Branches on user forks

Since a user's fork is under their sole control, they are free to name branches as they see fit. The previous requirement to use user/<abc>/<project> is no longer meaningful since user branches are not allowed on the main repository. Well named branches for feature updates, bug fixes or long-lived development are strongly encouraged. The use of underscores or hyphens as word separators is advised and either can be used, e.g. bugfix_symmetric_coriolis_term and bugfix-symmetric-coriolis-term equally good branch names.

Even on user forks, we strongly encourage the use of feature branches for development. It allows for easy submission of pull requests.

It is generally a bad idea to develop on branches master, dev/master or dev/gfdl - the history of your copy of that branch on your fork will be out of sync and forever different from the corresponding branch on the parent repository. Again, we strongly encourage the use of feature branches for organizing your work.

Chained branches / stacking pull requests

If you have a development that depends on a previous development that is not yet merged, it is still advisable to work with feature branches but to branch on top of a branch. Say feature2 depends on code modifications of feature1. Code feature1 on branch-feature1 and so that branch-feature1 can be submitted as pull request. Then create branch-feature2 off of branch-feature1 so that branch-feature2 can be submitted as a second pull request. The second branch and request will contain the commits from the first. However, once the first pull request is merged, the commits in the second pull request will be reduced to just those relevant to that request.
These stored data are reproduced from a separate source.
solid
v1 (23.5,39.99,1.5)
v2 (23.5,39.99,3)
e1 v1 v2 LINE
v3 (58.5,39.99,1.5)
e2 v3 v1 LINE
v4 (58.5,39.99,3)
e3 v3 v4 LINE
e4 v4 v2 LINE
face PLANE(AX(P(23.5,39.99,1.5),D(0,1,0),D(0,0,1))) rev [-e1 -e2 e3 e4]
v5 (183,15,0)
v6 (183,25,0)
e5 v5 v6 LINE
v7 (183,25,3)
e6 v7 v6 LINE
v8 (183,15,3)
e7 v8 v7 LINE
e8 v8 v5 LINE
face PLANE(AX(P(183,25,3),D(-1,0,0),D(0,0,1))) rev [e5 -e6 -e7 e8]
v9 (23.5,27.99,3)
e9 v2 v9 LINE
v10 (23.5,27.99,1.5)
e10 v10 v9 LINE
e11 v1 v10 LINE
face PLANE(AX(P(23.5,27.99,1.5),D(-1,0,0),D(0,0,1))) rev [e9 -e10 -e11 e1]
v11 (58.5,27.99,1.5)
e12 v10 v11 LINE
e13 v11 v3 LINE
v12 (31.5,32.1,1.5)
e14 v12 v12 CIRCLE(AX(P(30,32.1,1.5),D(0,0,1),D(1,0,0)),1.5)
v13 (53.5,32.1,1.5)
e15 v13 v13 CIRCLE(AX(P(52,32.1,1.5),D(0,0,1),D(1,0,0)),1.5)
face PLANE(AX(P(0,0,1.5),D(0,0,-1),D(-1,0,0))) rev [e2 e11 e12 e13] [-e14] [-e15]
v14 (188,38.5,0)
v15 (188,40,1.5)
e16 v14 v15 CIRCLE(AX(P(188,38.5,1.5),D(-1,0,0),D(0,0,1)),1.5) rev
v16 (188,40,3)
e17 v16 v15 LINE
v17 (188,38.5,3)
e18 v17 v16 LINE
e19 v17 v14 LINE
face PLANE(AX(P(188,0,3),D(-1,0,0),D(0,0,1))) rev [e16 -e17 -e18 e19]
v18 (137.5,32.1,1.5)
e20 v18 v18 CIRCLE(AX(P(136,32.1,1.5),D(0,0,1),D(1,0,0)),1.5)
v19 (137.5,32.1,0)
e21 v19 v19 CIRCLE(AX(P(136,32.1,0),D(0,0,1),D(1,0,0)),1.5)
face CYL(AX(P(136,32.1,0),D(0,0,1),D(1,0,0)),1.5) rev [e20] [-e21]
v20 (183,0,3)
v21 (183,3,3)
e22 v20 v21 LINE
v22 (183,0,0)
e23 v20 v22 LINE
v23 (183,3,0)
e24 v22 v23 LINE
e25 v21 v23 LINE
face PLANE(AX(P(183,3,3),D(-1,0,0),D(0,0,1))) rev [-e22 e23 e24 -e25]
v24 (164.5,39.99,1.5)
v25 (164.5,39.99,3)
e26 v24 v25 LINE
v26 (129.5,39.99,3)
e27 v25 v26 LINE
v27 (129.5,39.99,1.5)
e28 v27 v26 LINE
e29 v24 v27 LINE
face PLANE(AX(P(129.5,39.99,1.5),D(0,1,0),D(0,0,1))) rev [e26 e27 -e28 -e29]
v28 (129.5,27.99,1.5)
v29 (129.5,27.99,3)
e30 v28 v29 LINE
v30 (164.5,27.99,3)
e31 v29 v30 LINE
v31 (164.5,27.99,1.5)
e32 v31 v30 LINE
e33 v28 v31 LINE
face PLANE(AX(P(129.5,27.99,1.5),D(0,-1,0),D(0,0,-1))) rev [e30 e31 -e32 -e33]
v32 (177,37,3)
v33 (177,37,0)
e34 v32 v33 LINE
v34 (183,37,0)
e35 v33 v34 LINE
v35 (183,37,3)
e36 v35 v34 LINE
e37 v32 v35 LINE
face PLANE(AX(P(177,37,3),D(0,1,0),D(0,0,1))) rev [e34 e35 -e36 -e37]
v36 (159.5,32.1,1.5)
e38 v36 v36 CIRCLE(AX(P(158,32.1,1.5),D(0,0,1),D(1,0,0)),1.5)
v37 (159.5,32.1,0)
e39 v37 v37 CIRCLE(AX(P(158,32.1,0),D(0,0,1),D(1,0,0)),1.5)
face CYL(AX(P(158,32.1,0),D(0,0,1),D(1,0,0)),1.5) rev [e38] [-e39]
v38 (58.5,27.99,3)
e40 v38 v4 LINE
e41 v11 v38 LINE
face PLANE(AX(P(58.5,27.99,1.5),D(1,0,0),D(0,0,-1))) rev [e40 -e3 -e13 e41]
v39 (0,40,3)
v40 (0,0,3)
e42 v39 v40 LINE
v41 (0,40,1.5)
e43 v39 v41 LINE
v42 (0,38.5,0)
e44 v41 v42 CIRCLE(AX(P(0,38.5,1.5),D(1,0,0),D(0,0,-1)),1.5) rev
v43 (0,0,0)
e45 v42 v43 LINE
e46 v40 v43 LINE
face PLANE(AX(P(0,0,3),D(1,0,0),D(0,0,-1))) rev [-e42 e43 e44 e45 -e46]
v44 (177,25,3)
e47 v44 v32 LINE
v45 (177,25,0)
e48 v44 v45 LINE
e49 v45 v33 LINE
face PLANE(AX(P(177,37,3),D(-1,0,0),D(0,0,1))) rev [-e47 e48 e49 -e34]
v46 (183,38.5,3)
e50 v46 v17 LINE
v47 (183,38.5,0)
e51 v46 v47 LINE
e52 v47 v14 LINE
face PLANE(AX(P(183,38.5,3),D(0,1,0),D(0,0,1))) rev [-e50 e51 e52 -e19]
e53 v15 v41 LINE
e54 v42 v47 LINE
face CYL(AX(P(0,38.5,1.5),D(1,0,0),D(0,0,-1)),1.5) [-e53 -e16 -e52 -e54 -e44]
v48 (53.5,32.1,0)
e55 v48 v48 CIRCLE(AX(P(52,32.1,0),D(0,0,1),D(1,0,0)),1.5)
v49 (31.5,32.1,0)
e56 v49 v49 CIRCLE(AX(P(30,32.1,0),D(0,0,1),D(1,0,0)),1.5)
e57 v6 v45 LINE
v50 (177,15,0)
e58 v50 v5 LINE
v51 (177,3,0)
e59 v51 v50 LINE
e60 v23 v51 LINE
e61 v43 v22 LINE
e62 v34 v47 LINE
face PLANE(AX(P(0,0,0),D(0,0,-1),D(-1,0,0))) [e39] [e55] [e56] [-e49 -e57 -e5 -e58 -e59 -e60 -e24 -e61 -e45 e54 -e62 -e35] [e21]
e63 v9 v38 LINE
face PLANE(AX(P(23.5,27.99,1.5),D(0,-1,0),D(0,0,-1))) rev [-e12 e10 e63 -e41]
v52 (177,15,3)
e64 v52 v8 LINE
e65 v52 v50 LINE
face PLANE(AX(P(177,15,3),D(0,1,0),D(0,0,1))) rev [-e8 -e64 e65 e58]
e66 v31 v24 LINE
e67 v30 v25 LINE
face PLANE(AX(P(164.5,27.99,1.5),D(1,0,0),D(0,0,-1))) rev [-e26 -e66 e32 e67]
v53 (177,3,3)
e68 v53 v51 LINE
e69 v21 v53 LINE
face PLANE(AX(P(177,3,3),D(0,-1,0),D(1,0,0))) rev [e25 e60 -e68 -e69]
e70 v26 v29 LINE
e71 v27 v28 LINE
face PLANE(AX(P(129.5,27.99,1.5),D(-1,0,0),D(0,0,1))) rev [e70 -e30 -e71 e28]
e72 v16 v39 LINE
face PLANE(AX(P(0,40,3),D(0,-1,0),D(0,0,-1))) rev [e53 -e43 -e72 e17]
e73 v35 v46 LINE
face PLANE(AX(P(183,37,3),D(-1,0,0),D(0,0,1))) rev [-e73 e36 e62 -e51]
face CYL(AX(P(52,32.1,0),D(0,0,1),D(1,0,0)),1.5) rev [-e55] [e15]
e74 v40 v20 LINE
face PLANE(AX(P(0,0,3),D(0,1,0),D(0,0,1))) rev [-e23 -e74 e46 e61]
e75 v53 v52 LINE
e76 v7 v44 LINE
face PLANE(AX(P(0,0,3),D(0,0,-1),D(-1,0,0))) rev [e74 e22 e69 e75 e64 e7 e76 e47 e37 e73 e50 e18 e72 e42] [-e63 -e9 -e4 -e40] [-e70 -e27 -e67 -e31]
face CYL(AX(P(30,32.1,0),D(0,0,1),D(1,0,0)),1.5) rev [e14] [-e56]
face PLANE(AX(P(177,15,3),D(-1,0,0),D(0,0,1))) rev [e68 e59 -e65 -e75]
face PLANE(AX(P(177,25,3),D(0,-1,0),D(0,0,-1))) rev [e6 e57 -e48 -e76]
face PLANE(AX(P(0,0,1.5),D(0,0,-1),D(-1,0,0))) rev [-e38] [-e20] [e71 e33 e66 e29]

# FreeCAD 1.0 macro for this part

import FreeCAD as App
import Part
import Sketcher
from FreeCAD import Vector


def edges_at(feature, points):
    """Names of the edges that pass closest to the given points."""
    edges = feature.Shape.Edges
    near = lambda p: min(range(len(edges)), key=lambda i: edges[i].distToShape(Part.Vertex(*p))[0])
    return sorted({f"Edge{near(p) + 1}" for p in points})


def add_polygon(sketch, points):
    """Adds a closed chain of lines whose ends are joined by coincident constraints."""
    first, n = sketch.GeometryCount, len(points)
    for a, b in zip(points, points[1:] + points[:1]):
        sketch.addGeometry(Part.LineSegment(App.Vector(*a, 0), App.Vector(*b, 0)), False)
    for i in range(n):
        sketch.addConstraint(Sketcher.Constraint("Coincident", first + i, 2, first + (i + 1) % n, 1))

doc = App.newDocument("Part")
body = doc.addObject("PartDesign::Body", "Body")

sketch1 = doc.addObject("Sketcher::SketchObject", "Sketch")
body.addObject(sketch1)
sketch1.AttachmentSupport = (doc.XY_Plane, [""])
sketch1.MapMode = "FlatFace"
add_polygon(sketch1, [(0, 40), (0, 0), (188, 0), (188, 40)])
sketch1.addConstraint([
    Sketcher.Constraint("Vertical", 0),
    Sketcher.Constraint("Horizontal", 1),
    Sketcher.Constraint("Vertical", 2),
    Sketcher.Constraint("Horizontal", 3),
    Sketcher.Constraint("Coincident", 0, 2, -1, 1),
    Sketcher.Constraint("DistanceX", 1, 1, 1, 2, 188.0),
    Sketcher.Constraint("DistanceY", 0, 2, 0, 1, 40.0),
])
pad1 = doc.addObject("PartDesign::Pad", "Pad")
body.addObject(pad1)
pad1.Profile = sketch1
pad1.Length = 3
doc.recompute()

fillet = doc.addObject("PartDesign::Fillet", "Fillet")
body.addObject(fillet)
fillet.Base = (pad1, edges_at(pad1, [(94, 40, 0)]))
fillet.Radius = 1.5

sketch2 = doc.addObject("Sketcher::SketchObject", "Sketch001")
body.addObject(sketch2)
sketch2.AttachmentSupport = (doc.XY_Plane, [""])
sketch2.MapMode = "FlatFace"
add_polygon(sketch2, [(177, 37), (183, 37), (183, 38.5), (188, 38.5), (188, 0), (183, 0), (183, 3), (177, 3), (177, 15), (183, 15), (183, 25), (177, 25)])
sketch2.addConstraint([
    Sketcher.Constraint("Horizontal", 0),
    Sketcher.Constraint("Vertical", 1),
    Sketcher.Constraint("Horizontal", 2),
    Sketcher.Constraint("Vertical", 3),
    Sketcher.Constraint("Horizontal", 4),
    Sketcher.Constraint("Vertical", 5),
    Sketcher.Constraint("Horizontal", 6),
    Sketcher.Constraint("Vertical", 7),
    Sketcher.Constraint("Horizontal", 8),
    Sketcher.Constraint("Vertical", 9),
    Sketcher.Constraint("Horizontal", 10),
    Sketcher.Constraint("Vertical", 11),
    Sketcher.Constraint("PointOnObject", 3, 2, -1),
    Sketcher.Constraint("Vertical", 1, 2, 4, 2),
    Sketcher.Constraint("Vertical", 5, 2, 8, 2),
    Sketcher.Constraint("Vertical", 7, 2, 10, 2),
    Sketcher.Constraint("Equal", 7, 11),
    Sketcher.Constraint("DistanceX", 0, 1, 0, 2, 6.0),
    Sketcher.Constraint("DistanceX", 2, 1, 2, 2, 5.0),
    Sketcher.Constraint("DistanceY", 5, 1, 5, 2, 3.0),
    Sketcher.Constraint("DistanceY", 7, 1, 7, 2, 12.0),
    Sketcher.Constraint("DistanceY", 9, 1, 9, 2, 10.0),
    Sketcher.Constraint("DistanceY", 1, 1, 1, 2, 1.5),
    Sketcher.Constraint("DistanceX", -1, 1, 0, 2, 183.0),
])
pocket1 = doc.addObject("PartDesign::Pocket", "Pocket")
body.addObject(pocket1)
pocket1.Profile = sketch2
pocket1.Type = "ThroughAll"
pocket1.Reversed = True

sketch3 = doc.addObject("Sketcher::SketchObject", "Sketch002")
body.addObject(sketch3)
sketch3.AttachmentSupport = (doc.XY_Plane, [""])
sketch3.MapMode = "FlatFace"
sketch3.AttachmentOffset = App.Placement(Vector(0, 0, 3), App.Rotation())
add_polygon(sketch3, [(129.5, 39.99), (129.5, 27.99), (164.5, 27.99), (164.5, 39.99)])
add_polygon(sketch3, [(23.5, 39.99), (23.5, 27.99), (58.5, 27.99), (58.5, 39.99)])
sketch3.addConstraint([
    Sketcher.Constraint("Vertical", 0),
    Sketcher.Constraint("Horizontal", 1),
    Sketcher.Constraint("Vertical", 2),
    Sketcher.Constraint("Horizontal", 3),
    Sketcher.Constraint("Vertical", 4),
    Sketcher.Constraint("Horizontal", 5),
    Sketcher.Constraint("Vertical", 6),
    Sketcher.Constraint("Horizontal", 7),
    Sketcher.Constraint("Horizontal", 1, 2, 4, 2),
    Sketcher.Constraint("Horizontal", 3, 2, 6, 2),
    Sketcher.Constraint("Equal", 3, 5),
    Sketcher.Constraint("DistanceX", 1, 1, 1, 2, 35.0),
    Sketcher.Constraint("DistanceY", 0, 2, 0, 1, 12.0),
    Sketcher.Constraint("DistanceX", 4, 2, 0, 2, 106.0),
    Sketcher.Constraint("DistanceX", -1, 1, 0, 2, 129.5),
    Sketcher.Constraint("DistanceY", -1, 1, 0, 2, 27.99),
])
pocket2 = doc.addObject("PartDesign::Pocket", "Pocket001")
body.addObject(pocket2)
pocket2.Profile = sketch3
pocket2.Length = 1.5

sketch4 = doc.addObject("Sketcher::SketchObject", "Sketch003")
body.addObject(sketch4)
sketch4.AttachmentSupport = (doc.XY_Plane, [""])
sketch4.MapMode = "FlatFace"
sketch4.AttachmentOffset = App.Placement(Vector(0, 0, 1.5), App.Rotation())
sketch4.addGeometry([
    Part.Circle(Vector(30, 32.1, 0), Vector(0, 0, 1), 1.5),
    Part.Circle(Vector(52, 32.1, 0), Vector(0, 0, 1), 1.5),
], False)
sketch4.addConstraint([
    Sketcher.Constraint("Equal", 0, 1),
    Sketcher.Constraint("Horizontal", 0, 3, 1, 3),
    Sketcher.Constraint("Diameter", 0, 3.0),
    Sketcher.Constraint("DistanceX", -1, 1, 0, 3, 30.0),
    Sketcher.Constraint("DistanceX", -1, 1, 1, 3, 52.0),
    Sketcher.Constraint("DistanceY", -1, 1, 0, 3, 32.1),
])
pocket3 = doc.addObject("PartDesign::Pocket", "Pocket002")
body.addObject(pocket3)
pocket3.Profile = sketch4
pocket3.Length = 1.5

sketch5 = doc.addObject("Sketcher::SketchObject", "Sketch004")
body.addObject(sketch5)
sketch5.AttachmentSupport = (doc.XY_Plane, [""])
sketch5.MapMode = "FlatFace"
sketch5.AttachmentOffset = App.Placement(Vector(0, 0, 1.5), App.Rotation())
sketch5.addGeometry([
    Part.Circle(Vector(136, 32.1, 0), Vector(0, 0, 1), 1.5),
    Part.Circle(Vector(158, 32.1, 0), Vector(0, 0, 1), 1.5),
], False)
sketch5.addConstraint([
    Sketcher.Constraint("Equal", 0, 1),
    Sketcher.Constraint("Horizontal", 0, 3, 1, 3),
    Sketcher.Constraint("Diameter", 0, 3.0),
    Sketcher.Constraint("DistanceX", -1, 1, 0, 3, 136.0),
    Sketcher.Constraint("DistanceX", -1, 1, 1, 3, 158.0),
    Sketcher.Constraint("DistanceY", -1, 1, 0, 3, 32.1),
])
pocket4 = doc.addObject("PartDesign::Pocket", "Pocket003")
body.addObject(pocket4)
pocket4.Profile = sketch5
pocket4.Length = 1.5

doc.recompute()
This helps simplify the review and merge process.

When stacking pull requests, please indicate that this is the case in the pull request message.

Commit logging guidelines

All commits require a text log. git allows short logs to be provided via a command line option but will otherwise invoke an editor (preferred) at which point you can create the log entry. The format of a log entry should follow:

One-line summarizing the commit in <=50 characters

Detailed explanation of the commit, rationale, issues addresses, etc.
goes after a blank line (THE BLANK LINE IS VERY IMPORTANT). Also:
 - It is helpful to use an ascii pseudo-formatting like
   this "-" notation.
 - There is no need to add user information or dates since that
   information is recorded by git for you.
Yes, that one-liner is exactly 50 characters long! Your editor will
probably indicate when you exceed the 50 characters. Subsequent text
is best word-wrapped at 72 or 80 characters.
Here is a ruler:
         1         2         3         4         5         6         7
1234567890123456789012345678901234567890123456789012345678901234567890

A discussion/recommendation about commit messages can be found here.

The blank line after the summary is mandatory. If you skip the blank line the entire message is concatenated into the title.

Useful summary line

It can be challenging to get enough information into the short summary line and so the 50 character limit is not a hard limit. Too little information is worse than not enough information. A summary line such as "Bug fix" is almost useless. "Bug fix in MOM_ALE.F90" is better and "Bug fix: uninitialized variable (dXdYdZ) in MOM_ALE.F90" is even better despite being 55 characters long.

Short-hand to indicate answer changes

To indicate when a commit changes answers (i.e. when an ocean.stats.* file was updated) please insert an asterisk (*) to the summary line, e.g. "*Bug fix: uninitialized variable (dXdYdX) in MOM_ALE", which is 52 characters long. This helps us track experiment evolution. When answers change, the commit message should summarize the experiments for which the answers changed.